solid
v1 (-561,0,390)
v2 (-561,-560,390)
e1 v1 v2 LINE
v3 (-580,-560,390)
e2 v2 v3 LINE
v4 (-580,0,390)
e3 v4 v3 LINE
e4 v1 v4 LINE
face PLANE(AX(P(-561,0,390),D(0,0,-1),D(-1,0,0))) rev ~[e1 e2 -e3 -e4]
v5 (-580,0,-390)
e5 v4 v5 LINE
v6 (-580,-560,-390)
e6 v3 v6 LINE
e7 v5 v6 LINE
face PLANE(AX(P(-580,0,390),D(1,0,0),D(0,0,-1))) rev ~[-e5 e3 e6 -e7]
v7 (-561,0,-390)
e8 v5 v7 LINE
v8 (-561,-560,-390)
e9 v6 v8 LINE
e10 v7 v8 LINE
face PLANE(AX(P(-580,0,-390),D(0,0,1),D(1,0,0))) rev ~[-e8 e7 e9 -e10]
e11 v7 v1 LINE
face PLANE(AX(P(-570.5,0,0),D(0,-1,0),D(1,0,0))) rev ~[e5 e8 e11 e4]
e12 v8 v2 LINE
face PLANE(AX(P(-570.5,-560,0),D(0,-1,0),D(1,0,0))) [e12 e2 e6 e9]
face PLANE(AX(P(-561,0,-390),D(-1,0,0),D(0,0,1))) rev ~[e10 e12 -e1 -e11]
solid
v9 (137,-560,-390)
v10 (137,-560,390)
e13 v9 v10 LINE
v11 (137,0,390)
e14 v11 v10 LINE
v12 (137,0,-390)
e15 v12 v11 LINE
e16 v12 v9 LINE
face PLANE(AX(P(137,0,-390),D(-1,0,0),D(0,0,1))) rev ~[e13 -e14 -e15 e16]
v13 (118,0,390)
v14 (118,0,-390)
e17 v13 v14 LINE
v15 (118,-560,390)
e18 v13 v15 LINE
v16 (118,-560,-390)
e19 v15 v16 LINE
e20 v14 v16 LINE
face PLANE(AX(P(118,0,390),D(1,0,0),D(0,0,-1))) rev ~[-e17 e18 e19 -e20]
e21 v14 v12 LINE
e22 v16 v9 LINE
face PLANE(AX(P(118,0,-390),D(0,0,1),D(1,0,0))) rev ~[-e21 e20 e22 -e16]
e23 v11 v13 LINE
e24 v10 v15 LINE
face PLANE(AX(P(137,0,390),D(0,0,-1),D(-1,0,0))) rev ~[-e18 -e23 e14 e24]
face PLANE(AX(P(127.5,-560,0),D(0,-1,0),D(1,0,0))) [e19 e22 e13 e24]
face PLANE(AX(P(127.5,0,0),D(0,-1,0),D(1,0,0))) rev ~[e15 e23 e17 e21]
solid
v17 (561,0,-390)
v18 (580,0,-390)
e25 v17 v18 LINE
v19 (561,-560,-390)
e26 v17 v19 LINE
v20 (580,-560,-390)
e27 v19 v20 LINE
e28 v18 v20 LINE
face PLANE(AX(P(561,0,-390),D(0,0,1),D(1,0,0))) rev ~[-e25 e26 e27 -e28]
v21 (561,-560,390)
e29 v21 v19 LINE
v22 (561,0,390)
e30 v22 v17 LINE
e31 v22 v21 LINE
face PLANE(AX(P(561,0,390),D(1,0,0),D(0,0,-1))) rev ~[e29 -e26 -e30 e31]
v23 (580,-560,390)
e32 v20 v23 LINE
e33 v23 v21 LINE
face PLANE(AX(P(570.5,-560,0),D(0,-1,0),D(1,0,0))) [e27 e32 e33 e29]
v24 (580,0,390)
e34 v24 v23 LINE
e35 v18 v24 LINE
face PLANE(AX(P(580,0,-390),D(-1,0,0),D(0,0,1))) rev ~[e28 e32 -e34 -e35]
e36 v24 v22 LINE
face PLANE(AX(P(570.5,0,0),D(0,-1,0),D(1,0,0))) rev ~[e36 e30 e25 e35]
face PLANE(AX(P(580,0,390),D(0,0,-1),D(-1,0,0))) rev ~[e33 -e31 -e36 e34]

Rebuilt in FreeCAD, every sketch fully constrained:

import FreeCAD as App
import Part
import Sketcher
Q = App.Units.Quantity

doc = App.newDocument("Part")
body = doc.addObject("PartDesign::Body", "Body")

# Sketch on XZ plane
sketch1 = body.newObject("Sketcher::SketchObject", "Sketch")
sketch1.AttachmentSupport = (doc.getObject("XZ_Plane"), [""])
sketch1.MapMode = "FlatFace"
sketch1.addGeometry(Part.LineSegment(App.Vector(-580, 390, 0), App.Vector(-580, -390, 0)), False)
sketch1.addGeometry(Part.LineSegment(App.Vector(-580, -390, 0), App.Vector(-561, -390, 0)), False)
sketch1.addGeometry(Part.LineSegment(App.Vector(-561, -390, 0), App.Vector(-561, 390, 0)), False)
sketch1.addGeometry(Part.LineSegment(App.Vector(-561, 390, 0), App.Vector(-580, 390, 0)), False)
sketch1.addConstraint(Sketcher.Constraint("Coincident", 0, 2, 1, 1))
sketch1.addConstraint(Sketcher.Constraint("Coincident", 1, 2, 2, 1))
sketch1.addConstraint(Sketcher.Constraint("Coincident", 2, 2, 3, 1))
sketch1.addConstraint(Sketcher.Constraint("Coincident", 3, 2, 0, 1))
sketch1.addConstraint(Sketcher.Constraint("Vertical", 0))
sketch1.addConstraint(Sketcher.Constraint("Horizontal", 1))
sketch1.addConstraint(Sketcher.Constraint("Vertical", 2))
sketch1.addConstraint(Sketcher.Constraint("Horizontal", 3))
sketch1.addConstraint(Sketcher.Constraint("DistanceX", 1, 1, 1, 2, Q("19 mm")))
sketch1.addConstraint(Sketcher.Constraint("DistanceY", 0, 2, 0, 1, Q("780 mm")))
sketch1.addConstraint(Sketcher.Constraint("DistanceX", 0, 2, -1, 1, Q("580 mm")))
sketch1.addConstraint(Sketcher.Constraint("DistanceY", 0, 2, -1, 1, Q("390 mm")))
pad1 = body.newObject("PartDesign::Pad", "Pad")
pad1.Profile = sketch1
pad1.Length = 560
body2 = doc.addObject("PartDesign::Body", "Body001")

# Sketch on XZ plane
sketch2 = body2.newObject("Sketcher::SketchObject", "Sketch001")
sketch2.AttachmentSupport = (doc.getObject("XZ_Plane001"), [""])
sketch2.MapMode = "FlatFace"
sketch2.addGeometry(Part.LineSegment(App.Vector(561, -390, 0), App.Vector(580, -390, 0)), False)
sketch2.addGeometry(Part.LineSegment(App.Vector(580, -390, 0), App.Vector(580, 390, 0)), False)
sketch2.addGeometry(Part.LineSegment(App.Vector(580, 390, 0), App.Vector(561, 390, 0)), False)
sketch2.addGeometry(Part.LineSegment(App.Vector(561, 390, 0), App.Vector(561, -390, 0)), False)
sketch2.addConstraint(Sketcher.Constraint("Coincident", 0, 2, 1, 1))
sketch2.addConstraint(Sketcher.Constraint("Coincident", 1, 2, 2, 1))
sketch2.addConstraint(Sketcher.Constraint("Coincident", 2, 2, 3, 1))
sketch2.addConstraint(Sketcher.Constraint("Coincident", 3, 2, 0, 1))
sketch2.addConstraint(Sketcher.Constraint("Horizontal", 0))
sketch2.addConstraint(Sketcher.Constraint("Vertical", 1))
sketch2.addConstraint(Sketcher.Constraint("Horizontal", 2))
sketch2.addConstraint(Sketcher.Constraint("Vertical", 3))
sketch2.addConstraint(Sketcher.Constraint("DistanceX", 0, 1, 0, 2, Q("19 mm")))
sketch2.addConstraint(Sketcher.Constraint("DistanceY", 1, 1, 1, 2, Q("780 mm")))
sketch2.addConstraint(Sketcher.Constraint("DistanceX", -1, 1, 0, 2, Q("580 mm")))
sketch2.addConstraint(Sketcher.Constraint("DistanceY", 0, 2, -1, 1, Q("390 mm")))
pad2 = body2.newObject("PartDesign::Pad", "Pad001")
pad2.Profile = sketch2
pad2.Length = 560
body3 = doc.addObject("PartDesign::Body", "Body002")

# Sketch on XZ plane
sketch3 = body3.newObject("Sketcher::SketchObject", "Sketch002")
sketch3.AttachmentSupport = (doc.getObject("XZ_Plane002"), [""])
sketch3.MapMode = "FlatFace"
sketch3.addGeometry(Part.LineSegment(App.Vector(118, -390, 0), App.Vector(137, -390, 0)), False)
sketch3.addGeometry(Part.LineSegment(App.Vector(137, -390, 0), App.Vector(137, 390, 0)), False)
sketch3.addGeometry(Part.LineSegment(App.Vector(137, 390, 0), App.Vector(118, 390, 0)), False)
sketch3.addGeometry(Part.LineSegment(App.Vector(118, 390, 0), App.Vector(118, -390, 0)), False)
sketch3.addConstraint(Sketcher.Constraint("Coincident", 0, 2, 1, 1))
sketch3.addConstraint(Sketcher.Constraint("Coincident", 1, 2, 2, 1))
sketch3.addConstraint(Sketcher.Constraint("Coincident", 2, 2, 3, 1))
sketch3.addConstraint(Sketcher.Constraint("Coincident", 3, 2, 0, 1))
sketch3.addConstraint(Sketcher.Constraint("Horizontal", 0))
sketch3.addConstraint(Sketcher.Constraint("Vertical", 1))
sketch3.addConstraint(Sketcher.Constraint("Horizontal", 2))
sketch3.addConstraint(Sketcher.Constraint("Vertical", 3))
sketch3.addConstraint(Sketcher.Constraint("DistanceX", 0, 1, 0, 2, Q("19 mm")))
sketch3.addConstraint(Sketcher.Constraint("DistanceY", 1, 1, 1, 2, Q("780 mm")))
sketch3.addConstraint(Sketcher.Constraint("DistanceX", -1, 1, 0, 2, Q("137 mm")))
sketch3.addConstraint(Sketcher.Constraint("DistanceY", 0, 2, -1, 1, Q("390 mm")))
pad3 = body3.newObject("PartDesign::Pad", "Pad002")
pad3.Profile = sketch3
pad3.Length = 560

doc.recompute()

== == ==

**PROBLEM DESCRIPTION:** From the entries above, give again exactly the lines running from the line with "e35 v18 v24 LINE" to the line with "Rebuilt in FreeCAD, every"; include both of those lines.

**TASK RESULT:**
e35 v18 v24 LINE
face PLANE(AX(P(580,0,-390),D(-1,0,0),D(0,0,1))) rev ~[e28 e32 -e34 -e35]
e36 v24 v22 LINE
face PLANE(AX(P(570.5,0,0),D(0,-1,0),D(1,0,0))) rev ~[e36 e30 e25 e35]
face PLANE(AX(P(580,0,390),D(0,0,-1),D(-1,0,0))) rev ~[e33 -e31 -e36 e34]

Rebuilt in FreeCAD, every sketch fully constrained:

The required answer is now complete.